This paper addresses fairness-aware dynamic pricing under contextual pricing, where buyer group identities are private and unobservable, aiming to balance price fairness with mitigation of strategic identity manipulation. Method: We jointly model fairness constraints and strategic buyer learning within a dynamic pricing framework, proposing a novel algorithm integrating contextual bandits, game-theoretic modeling, fairness optimization, and counterfactual price disparity estimation. Contribution/Results: We theoretically establish a tight $O(sqrt{T})$ regret bound. Empirical evaluation on real-world loan data reveals significant racial price discrimination. Compared to baseline policies, our approach reduces regret by 35.06% while simultaneously improving fairness and revenue—achieving synergistic gains in both objectives.

Contextual pricing strategies are prevalent in online retailing, where the seller adjusts prices based on products' attributes and buyers' characteristics. Although such strategies can enhance seller's profits, they raise concerns about fairness when significant price disparities emerge among specific groups, such as gender or race. These disparities can lead to adverse perceptions of fairness among buyers and may even violate the law and regulation. In contrast, price differences can incentivize disadvantaged buyers to strategically manipulate their group identity to obtain a lower price. In this paper, we investigate contextual dynamic pricing with fairness constraints, taking into account buyers' strategic behaviors when their group status is private and unobservable from the seller.
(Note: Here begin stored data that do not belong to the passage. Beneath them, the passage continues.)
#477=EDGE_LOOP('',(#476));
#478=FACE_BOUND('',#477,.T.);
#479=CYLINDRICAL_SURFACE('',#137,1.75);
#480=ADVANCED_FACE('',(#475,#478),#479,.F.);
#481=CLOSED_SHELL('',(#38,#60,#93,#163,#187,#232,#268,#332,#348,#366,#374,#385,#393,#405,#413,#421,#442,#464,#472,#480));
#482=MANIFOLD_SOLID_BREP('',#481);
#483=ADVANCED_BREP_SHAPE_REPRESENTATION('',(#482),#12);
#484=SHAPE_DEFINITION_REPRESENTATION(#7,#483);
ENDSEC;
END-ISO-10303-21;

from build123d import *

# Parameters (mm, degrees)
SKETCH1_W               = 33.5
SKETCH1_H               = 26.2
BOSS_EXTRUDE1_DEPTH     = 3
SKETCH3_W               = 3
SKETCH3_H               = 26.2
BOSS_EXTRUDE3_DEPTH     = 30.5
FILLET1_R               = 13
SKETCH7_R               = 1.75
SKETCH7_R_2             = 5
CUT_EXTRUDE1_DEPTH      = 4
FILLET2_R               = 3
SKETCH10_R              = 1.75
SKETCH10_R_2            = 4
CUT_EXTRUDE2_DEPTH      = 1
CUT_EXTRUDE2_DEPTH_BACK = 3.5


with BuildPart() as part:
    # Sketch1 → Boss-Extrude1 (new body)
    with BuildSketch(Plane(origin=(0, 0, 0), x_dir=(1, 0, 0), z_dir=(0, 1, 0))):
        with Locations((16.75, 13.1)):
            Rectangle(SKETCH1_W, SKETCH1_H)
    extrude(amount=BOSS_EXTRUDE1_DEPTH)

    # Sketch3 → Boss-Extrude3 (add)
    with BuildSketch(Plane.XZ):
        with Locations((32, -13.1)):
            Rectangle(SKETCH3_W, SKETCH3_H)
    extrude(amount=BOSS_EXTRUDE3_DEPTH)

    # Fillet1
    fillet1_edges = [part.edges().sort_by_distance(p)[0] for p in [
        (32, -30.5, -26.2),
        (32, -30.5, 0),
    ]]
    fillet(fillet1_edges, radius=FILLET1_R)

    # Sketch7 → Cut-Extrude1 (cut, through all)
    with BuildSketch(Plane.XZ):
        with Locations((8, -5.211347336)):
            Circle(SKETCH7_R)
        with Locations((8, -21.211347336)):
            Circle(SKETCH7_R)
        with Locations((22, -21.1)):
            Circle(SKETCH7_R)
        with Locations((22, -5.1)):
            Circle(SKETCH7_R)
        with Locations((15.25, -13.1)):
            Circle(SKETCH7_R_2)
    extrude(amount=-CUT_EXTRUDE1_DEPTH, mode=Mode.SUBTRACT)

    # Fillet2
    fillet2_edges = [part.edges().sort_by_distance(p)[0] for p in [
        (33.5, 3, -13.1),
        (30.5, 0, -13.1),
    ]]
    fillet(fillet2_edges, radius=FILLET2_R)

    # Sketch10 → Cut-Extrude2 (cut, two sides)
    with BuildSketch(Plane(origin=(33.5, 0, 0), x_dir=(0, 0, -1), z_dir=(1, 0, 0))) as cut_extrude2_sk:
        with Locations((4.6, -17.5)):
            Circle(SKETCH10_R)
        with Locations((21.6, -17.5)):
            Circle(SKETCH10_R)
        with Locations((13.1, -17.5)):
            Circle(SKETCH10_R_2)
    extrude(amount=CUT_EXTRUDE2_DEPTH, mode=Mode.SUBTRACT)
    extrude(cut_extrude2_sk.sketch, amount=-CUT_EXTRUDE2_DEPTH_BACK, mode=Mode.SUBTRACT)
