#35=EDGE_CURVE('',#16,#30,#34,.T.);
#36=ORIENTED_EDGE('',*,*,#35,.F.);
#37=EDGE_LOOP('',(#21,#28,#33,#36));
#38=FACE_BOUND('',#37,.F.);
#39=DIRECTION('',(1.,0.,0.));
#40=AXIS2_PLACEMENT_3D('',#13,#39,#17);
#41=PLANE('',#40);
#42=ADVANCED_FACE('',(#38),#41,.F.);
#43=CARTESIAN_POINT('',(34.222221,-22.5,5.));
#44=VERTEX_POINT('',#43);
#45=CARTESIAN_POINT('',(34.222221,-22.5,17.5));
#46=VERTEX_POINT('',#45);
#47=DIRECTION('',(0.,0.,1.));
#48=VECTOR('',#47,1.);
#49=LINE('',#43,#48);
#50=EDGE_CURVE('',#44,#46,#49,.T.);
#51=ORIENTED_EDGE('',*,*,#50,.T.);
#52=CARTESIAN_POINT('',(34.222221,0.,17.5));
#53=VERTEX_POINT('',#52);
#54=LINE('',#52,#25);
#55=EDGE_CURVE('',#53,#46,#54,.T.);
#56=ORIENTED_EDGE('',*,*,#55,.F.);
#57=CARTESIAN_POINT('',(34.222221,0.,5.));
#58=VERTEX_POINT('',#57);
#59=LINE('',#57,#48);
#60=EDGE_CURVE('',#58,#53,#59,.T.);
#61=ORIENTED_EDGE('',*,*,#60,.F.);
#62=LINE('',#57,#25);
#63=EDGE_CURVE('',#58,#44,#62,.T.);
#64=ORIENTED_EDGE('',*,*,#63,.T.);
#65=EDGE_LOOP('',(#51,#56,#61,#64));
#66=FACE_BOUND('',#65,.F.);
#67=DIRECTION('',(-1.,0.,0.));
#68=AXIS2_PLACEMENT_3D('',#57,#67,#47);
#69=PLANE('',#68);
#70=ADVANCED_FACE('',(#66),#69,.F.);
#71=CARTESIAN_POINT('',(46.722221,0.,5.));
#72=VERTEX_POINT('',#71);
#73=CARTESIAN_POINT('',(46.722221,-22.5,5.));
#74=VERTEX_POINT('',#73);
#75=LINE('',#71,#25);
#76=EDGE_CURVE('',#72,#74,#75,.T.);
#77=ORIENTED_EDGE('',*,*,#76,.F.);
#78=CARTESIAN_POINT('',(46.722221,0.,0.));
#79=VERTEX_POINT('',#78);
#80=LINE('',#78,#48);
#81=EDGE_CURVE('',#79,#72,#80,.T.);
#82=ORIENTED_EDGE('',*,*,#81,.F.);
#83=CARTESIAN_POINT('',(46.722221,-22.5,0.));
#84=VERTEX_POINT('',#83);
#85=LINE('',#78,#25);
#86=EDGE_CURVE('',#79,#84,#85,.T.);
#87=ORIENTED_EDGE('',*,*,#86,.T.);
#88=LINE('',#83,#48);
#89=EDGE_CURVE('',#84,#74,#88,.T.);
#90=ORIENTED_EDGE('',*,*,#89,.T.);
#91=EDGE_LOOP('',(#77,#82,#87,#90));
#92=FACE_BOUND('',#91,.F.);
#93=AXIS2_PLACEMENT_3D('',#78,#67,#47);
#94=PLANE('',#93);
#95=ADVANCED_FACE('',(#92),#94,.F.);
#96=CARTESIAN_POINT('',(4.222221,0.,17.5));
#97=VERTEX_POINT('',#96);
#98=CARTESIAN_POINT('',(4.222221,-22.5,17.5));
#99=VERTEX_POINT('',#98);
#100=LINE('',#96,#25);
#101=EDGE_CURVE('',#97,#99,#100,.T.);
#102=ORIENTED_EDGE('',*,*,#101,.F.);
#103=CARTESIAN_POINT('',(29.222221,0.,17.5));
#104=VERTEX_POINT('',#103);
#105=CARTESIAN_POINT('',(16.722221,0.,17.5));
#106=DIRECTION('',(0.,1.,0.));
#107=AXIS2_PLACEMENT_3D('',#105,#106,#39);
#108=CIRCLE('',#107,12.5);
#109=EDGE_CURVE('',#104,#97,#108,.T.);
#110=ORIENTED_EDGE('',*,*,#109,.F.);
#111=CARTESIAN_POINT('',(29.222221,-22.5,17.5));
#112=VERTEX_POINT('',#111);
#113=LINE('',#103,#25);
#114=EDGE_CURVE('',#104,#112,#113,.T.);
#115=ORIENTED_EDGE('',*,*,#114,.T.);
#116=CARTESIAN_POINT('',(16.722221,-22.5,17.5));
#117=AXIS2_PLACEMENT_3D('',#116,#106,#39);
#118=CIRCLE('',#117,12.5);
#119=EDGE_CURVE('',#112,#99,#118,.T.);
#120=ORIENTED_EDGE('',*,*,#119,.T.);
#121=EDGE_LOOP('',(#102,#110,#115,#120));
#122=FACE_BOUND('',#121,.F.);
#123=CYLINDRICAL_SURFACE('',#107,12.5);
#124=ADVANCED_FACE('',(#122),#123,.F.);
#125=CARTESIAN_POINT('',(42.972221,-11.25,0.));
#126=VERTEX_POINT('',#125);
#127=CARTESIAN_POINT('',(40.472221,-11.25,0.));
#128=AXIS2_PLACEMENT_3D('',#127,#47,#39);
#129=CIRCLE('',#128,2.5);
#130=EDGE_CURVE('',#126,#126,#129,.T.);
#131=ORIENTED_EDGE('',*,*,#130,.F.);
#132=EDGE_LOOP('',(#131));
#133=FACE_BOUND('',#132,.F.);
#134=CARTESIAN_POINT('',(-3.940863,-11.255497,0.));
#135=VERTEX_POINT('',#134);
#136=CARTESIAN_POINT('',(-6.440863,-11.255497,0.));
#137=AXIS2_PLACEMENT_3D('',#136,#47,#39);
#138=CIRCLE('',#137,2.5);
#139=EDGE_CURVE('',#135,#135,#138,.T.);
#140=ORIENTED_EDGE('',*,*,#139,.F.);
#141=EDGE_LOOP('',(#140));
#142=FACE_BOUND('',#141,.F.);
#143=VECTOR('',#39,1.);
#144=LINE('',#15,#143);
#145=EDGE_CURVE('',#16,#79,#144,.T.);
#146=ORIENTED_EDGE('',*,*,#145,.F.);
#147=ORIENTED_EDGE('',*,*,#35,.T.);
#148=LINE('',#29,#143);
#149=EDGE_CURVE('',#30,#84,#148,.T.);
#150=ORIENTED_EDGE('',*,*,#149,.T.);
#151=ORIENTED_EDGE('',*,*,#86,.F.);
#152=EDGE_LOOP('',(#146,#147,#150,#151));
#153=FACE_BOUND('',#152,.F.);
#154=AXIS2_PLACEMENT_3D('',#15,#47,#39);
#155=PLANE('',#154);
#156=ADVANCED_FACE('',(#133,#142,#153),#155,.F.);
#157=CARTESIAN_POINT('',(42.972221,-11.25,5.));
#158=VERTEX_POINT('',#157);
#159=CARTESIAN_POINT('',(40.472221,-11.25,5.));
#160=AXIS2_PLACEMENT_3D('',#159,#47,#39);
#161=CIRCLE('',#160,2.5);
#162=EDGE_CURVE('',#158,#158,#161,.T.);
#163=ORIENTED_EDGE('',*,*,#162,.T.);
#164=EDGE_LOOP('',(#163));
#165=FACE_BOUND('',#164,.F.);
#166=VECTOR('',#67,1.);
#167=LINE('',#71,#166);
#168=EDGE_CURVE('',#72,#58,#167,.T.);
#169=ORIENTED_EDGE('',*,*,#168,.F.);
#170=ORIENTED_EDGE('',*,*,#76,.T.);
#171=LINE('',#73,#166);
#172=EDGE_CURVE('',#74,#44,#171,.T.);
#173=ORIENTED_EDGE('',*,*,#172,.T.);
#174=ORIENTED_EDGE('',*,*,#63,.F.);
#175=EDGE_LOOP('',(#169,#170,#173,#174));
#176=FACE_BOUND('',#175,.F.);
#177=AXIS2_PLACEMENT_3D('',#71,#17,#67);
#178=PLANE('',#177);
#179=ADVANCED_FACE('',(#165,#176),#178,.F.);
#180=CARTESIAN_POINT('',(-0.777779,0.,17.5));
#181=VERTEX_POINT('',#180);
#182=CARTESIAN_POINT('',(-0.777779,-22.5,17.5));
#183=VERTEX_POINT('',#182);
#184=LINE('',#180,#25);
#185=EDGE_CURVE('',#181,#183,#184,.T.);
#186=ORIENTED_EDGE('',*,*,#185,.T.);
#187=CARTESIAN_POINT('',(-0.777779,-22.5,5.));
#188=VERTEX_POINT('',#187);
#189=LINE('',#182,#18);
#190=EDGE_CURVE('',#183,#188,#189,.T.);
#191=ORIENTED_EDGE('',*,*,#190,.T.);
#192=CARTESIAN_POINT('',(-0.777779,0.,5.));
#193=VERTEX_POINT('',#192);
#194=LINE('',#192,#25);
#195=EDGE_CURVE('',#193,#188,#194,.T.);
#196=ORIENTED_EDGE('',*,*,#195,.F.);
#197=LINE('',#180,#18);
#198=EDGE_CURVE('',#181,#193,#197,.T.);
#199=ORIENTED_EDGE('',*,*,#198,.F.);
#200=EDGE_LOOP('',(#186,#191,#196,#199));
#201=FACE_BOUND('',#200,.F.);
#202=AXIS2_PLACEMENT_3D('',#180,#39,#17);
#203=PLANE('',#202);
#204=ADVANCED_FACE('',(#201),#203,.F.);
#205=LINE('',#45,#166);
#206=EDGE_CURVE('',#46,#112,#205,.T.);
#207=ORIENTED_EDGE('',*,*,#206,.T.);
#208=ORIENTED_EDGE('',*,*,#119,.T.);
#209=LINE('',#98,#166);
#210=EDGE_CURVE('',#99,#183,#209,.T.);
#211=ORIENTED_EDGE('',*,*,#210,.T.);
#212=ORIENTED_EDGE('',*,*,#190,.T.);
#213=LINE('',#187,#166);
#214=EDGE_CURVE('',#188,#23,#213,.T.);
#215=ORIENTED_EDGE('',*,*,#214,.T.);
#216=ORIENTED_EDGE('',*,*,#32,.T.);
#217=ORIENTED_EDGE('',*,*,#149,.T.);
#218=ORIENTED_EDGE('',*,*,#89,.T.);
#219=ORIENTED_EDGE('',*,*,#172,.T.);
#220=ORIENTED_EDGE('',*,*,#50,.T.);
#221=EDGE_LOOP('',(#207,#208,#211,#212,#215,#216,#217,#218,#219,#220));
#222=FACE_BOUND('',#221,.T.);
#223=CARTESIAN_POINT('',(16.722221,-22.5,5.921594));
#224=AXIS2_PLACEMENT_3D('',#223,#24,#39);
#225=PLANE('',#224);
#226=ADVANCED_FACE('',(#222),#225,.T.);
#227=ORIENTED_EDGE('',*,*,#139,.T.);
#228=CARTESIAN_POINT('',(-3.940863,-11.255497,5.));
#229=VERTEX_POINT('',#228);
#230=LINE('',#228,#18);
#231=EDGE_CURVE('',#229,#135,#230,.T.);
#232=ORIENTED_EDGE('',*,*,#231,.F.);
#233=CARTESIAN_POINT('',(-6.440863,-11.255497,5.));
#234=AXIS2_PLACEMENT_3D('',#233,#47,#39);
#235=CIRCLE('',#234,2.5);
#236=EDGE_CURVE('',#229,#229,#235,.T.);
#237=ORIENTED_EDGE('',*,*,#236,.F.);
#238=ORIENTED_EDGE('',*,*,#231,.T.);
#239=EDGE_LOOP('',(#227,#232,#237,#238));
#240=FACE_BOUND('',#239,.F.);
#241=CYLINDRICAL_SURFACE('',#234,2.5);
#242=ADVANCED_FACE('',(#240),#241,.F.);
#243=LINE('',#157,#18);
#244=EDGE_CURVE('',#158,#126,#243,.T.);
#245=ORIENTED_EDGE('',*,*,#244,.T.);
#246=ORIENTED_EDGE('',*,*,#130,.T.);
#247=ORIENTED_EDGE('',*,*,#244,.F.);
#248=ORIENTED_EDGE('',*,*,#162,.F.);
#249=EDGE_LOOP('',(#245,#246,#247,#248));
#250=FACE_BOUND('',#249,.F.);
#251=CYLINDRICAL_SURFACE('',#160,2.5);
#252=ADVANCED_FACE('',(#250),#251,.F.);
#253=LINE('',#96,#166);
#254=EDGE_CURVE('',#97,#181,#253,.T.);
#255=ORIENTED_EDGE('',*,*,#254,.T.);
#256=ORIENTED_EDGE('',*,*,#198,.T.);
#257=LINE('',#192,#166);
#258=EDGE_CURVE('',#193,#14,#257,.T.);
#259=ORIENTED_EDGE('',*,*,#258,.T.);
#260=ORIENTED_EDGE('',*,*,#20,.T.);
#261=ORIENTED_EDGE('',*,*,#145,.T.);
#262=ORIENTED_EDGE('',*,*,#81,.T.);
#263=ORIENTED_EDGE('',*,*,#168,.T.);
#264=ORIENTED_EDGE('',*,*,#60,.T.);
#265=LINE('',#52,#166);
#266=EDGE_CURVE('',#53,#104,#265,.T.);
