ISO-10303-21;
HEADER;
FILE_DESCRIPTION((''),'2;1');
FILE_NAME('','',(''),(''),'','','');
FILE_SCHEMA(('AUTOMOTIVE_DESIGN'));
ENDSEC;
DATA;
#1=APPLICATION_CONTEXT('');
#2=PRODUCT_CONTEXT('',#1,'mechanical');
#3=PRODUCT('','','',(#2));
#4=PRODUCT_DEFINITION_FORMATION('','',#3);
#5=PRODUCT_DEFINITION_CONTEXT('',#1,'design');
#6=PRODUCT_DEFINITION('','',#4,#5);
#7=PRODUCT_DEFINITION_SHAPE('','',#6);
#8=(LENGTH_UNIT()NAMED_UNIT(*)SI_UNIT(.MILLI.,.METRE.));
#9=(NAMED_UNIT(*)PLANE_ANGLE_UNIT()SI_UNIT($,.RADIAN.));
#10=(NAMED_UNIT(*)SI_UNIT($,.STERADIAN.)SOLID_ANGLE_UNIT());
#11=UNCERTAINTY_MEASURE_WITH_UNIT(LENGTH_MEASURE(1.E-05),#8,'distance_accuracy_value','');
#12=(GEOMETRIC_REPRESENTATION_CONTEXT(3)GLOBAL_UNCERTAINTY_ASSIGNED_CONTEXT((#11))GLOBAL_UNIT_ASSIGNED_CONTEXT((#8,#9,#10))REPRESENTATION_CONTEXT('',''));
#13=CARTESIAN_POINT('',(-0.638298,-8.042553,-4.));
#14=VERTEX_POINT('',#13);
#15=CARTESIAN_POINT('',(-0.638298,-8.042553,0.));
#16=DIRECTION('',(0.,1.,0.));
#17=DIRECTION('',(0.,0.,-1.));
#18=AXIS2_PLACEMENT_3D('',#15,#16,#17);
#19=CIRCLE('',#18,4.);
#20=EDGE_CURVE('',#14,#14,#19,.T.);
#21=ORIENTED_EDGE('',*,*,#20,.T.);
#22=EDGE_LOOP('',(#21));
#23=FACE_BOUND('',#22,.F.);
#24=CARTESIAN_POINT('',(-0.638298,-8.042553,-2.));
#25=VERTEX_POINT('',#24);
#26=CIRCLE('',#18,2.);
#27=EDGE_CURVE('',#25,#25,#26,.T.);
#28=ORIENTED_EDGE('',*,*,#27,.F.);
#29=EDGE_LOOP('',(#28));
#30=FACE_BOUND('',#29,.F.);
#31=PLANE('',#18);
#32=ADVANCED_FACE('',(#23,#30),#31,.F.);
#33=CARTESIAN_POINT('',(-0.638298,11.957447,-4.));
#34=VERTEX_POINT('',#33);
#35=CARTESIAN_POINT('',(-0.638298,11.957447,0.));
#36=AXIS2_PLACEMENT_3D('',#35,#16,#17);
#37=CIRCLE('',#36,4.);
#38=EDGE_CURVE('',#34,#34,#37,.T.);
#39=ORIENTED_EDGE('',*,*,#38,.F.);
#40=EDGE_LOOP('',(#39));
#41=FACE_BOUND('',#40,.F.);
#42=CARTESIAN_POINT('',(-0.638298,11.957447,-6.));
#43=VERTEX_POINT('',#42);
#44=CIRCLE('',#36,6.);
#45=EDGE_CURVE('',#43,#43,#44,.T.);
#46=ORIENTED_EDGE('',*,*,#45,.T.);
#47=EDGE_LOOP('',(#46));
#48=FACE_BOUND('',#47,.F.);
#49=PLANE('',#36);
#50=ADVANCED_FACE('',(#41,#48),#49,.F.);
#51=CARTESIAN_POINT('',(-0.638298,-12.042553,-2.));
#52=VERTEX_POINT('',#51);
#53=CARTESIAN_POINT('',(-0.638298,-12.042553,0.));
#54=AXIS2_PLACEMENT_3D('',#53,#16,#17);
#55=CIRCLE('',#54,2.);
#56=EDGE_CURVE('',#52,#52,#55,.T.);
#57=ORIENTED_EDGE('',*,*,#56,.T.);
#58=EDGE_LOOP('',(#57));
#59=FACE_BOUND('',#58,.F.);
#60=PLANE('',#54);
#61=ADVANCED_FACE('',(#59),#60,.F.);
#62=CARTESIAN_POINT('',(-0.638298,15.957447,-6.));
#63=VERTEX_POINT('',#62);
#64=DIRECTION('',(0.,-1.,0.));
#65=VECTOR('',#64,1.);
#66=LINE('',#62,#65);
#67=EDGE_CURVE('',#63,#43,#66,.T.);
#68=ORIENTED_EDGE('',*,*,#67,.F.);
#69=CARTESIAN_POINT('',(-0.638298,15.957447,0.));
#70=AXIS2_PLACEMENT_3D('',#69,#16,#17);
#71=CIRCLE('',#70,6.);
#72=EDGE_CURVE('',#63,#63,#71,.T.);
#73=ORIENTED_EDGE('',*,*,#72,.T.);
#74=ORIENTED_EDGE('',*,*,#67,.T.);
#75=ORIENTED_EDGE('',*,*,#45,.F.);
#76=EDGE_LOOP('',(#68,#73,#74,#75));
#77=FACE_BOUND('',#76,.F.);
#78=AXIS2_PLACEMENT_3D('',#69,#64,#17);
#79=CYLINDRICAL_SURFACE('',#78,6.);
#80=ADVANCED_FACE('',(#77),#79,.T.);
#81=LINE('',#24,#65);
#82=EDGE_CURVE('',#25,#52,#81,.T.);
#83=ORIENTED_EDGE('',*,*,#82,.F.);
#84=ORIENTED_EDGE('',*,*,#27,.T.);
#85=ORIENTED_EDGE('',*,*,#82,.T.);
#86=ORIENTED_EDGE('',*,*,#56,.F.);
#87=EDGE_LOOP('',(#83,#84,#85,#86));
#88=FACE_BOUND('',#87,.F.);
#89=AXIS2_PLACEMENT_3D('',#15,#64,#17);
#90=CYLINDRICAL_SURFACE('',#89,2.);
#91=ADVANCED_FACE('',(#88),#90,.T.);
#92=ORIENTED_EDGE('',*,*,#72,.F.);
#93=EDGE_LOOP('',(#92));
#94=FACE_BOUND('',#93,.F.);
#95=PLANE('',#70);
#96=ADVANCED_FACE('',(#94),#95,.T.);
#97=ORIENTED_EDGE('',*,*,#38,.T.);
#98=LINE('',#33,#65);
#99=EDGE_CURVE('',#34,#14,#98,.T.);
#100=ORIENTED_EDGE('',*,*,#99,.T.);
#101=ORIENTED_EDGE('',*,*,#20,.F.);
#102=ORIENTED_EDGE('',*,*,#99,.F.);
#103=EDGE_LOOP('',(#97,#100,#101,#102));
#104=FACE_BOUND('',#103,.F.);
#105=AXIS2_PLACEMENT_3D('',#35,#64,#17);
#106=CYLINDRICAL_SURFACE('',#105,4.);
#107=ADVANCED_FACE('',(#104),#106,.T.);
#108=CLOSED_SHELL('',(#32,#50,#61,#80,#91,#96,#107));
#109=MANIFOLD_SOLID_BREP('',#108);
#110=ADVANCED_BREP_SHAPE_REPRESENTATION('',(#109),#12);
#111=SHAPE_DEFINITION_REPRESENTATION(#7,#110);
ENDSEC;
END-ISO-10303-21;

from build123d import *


with BuildPart() as part:
    # Sketch1 → Revolve1 (revolve)
    with BuildSketch(Plane.XY, mode=Mode.PRIVATE) as revolve1_sk:
        Polygon((-0.638297872, 15.957446809), (5.361702128, 15.957446809), (5.361702128, 11.957446809), (3.361702128, 11.957446809), (3.361702128, -8.042553191), (1.361702128, -8.042553191), (1.361702128, -12.042553191), (-0.638297872, -12.042553191), align=None)
    revolve(revolve1_sk.sketch.rotate(Axis((-0.638297872, -12.042553191, 0), (0, 1, 0)), 90), axis=Axis((-0.638297872, -12.042553191, 0), (0, 1, 0)))


solid = part.part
We propose a dynamic pricing policy that simultaneously achieves price fairness and discourages strategic behaviors. Our policy achieves an upper bound of $O(sqrt{T}+H(T))$ regret over $T$ time horizons, where the term $H(T)$ arises from buyers' assessment of the fairness of the pricing policy based on their learned price difference. When buyers are able to learn the fairness of the price policy, this upper bound reduces to $O(sqrt{T})$. We also prove an $Omega(sqrt{T})$ regret lower bound of any pricing policy under our problem setting. We support our findings with extensive experimental evidence, showcasing our policy's effectiveness. In our real data analysis, we observe the existence of price discrimination against race in the loan application even after accounting for other contextual information. Our proposed pricing policy demonstrates a significant improvement, achieving 35.06% reduction in regret compared to the benchmark policy.